# still no spark



## amcsnow (Oct 14, 2013)

my Ariens snow blower with a 70's hm80 on it was not sparking but if i held the plug boot i could feel a very weak spark. i replaced the points and condenser and adjusted properly but after putting everything back together i still had no spark.i suspected a short somewhere so i started checking everything for continuity with a multimeter. i found that the nut that is on the outside of the points cover where the condenser and the kill switch connects to is being grounded to the motor. i dont know all that much about these engines but that seems like a problem to me. i disconnected the wire that goes to the kill switch and everything else looks good so i am totally stumped as to why it is still grounding out. any ideas on how i can solve this? thanks


----------



## Colored Eggs (Dec 7, 2012)

The Kill switch will ground to the motor which is normal. I'm not to familiar with points and condensers however...

1. Are any of the wires damaged. Especially near the flywheel as sometimes they get loose and rub. 
2. Is the spark plug boot(if it has one) corroded.
3. Does the engine run at all? 
4. Have you rechecked the points to make sure everything is still adjusted correctly. 
5. Is the flywheel magnets clean and free of rust. 
6. Do you have a spark tester?

the list is just a few things that came to my head as I was typing this.


----------



## amcsnow (Oct 14, 2013)

no it does not run, there is zero spark. i removed the kill switch wire so that is no longer a factor, the points are grounded out. the magnets/ magneto and the plug boot seem okay.


----------



## td5771 (Feb 21, 2011)

I had a problem with genuine tecumseh points (made in china) they were grounding out.

I wrote up here somewhere what was going on. let me see if I can find it.


----------



## micah68kj (Oct 8, 2011)

I bet it comes down to the points.


----------



## td5771 (Feb 21, 2011)

here it was...

just an fyi, bought brand new tecumseh point set and put it in a 6 hp tec. everything set perfect and there you go right?...no spark

as it turns out where the stud goes through the insulator it was a bit lower and the points spring when put in properly was touching the mounting plate for the points grounding it out causing no spark.

solved that issue then.......still no spark

a little cursing and further examination.

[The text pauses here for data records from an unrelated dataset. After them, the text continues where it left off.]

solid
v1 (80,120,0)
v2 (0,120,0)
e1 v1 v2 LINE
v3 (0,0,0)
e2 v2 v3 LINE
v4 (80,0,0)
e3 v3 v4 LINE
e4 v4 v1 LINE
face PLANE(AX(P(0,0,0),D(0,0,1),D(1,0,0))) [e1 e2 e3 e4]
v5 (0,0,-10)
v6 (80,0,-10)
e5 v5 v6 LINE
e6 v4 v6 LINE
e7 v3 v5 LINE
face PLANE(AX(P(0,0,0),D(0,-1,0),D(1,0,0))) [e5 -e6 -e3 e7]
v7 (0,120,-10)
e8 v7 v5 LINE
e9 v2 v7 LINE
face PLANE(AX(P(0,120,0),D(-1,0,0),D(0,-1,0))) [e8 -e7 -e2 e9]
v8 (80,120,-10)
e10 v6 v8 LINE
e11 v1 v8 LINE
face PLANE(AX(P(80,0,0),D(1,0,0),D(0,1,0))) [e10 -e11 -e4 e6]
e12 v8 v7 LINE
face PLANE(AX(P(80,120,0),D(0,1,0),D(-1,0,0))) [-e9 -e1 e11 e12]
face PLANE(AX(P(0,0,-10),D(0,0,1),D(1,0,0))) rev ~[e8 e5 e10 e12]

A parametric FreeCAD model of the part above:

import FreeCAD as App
import Part
import Sketcher
from FreeCAD import Vector


def add_polygon(sketch, points):
    """Adds a closed chain of lines whose ends are joined by coincident constraints."""
    first, n = sketch.GeometryCount, len(points)
    for a, b in zip(points, points[1:] + points[:1]):
        sketch.addGeometry(Part.LineSegment(App.Vector(*a, 0), App.Vector(*b, 0)), False)
    for i in range(n):
        sketch.addConstraint(Sketcher.Constraint("Coincident", first + i, 2, first + (i + 1) % n, 1))

doc = App.newDocument("Part")
params = doc.addObject("Spreadsheet::Sheet", "Params")
for row, (alias, value) in enumerate([
    ("sketch1_width", "80 mm"),
    ("sketch1_height", "120 mm"),
    ("pad1_length", "10 mm"),
], start=1):
    params.set(f"A{row}", alias)
    params.set(f"B{row}", "=" + value)
    params.setAlias(f"B{row}", alias)

body = doc.addObject("PartDesign::Body", "Body")

# Sketch on XY plane
sketch1 = body.newObject("Sketcher::SketchObject", "Sketch")
sketch1.AttachmentSupport = (doc.getObject("XY_Plane"), [""])
sketch1.MapMode = "FlatFace"
add_polygon(sketch1, [(0, 120), (0, 0), (80, 0), (80, 120)])  # lines 0-3
sketch1.addConstraint([
    Sketcher.Constraint("Vertical", 0),
    Sketcher.Constraint("Horizontal", 1),
    Sketcher.Constraint("Vertical", 2),
    Sketcher.Constraint("Horizontal", 3),
    Sketcher.Constraint("Coincident", 0, 2, -1, 1),
    Sketcher.Constraint("DistanceX", 1, 1, 1, 2, 80.0),
    Sketcher.Constraint("DistanceY", 0, 2, 0, 1, 120.0),
])
sketch1.setExpression("Constraints[9]", "Params.sketch1_width")
sketch1.setExpression("Constraints[10]", "Params.sketch1_height")
pad1 = body.newObject("PartDesign::Pad", "Pad")
pad1.Profile = sketch1
pad1.setExpression("Length", "Params.pad1_length")
pad1.Reversed = True

doc.recompute()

The flat steel spring that holds the arm/points against the crank eccentric did not have the same bend so when i set the points at .020 at wide open they stayed there through the whole revolution of the crank....they never moved. re-bent the spring and now we have life.

man what a fiasco.


----------



## amcsnow (Oct 14, 2013)

you guys think i should just clean up the old points and put them back in? they didnt look that bad.


----------



## Colored Eggs (Dec 7, 2012)

Probably wouldn't hurt to try the old ones. I read somewhere where the coil can also go but I'm not sure how to test the coil.


----------



## micah68kj (Oct 8, 2011)

amcsnow said:


> you guys think i should just clean up the old points and put them back in? they didnt look that bad.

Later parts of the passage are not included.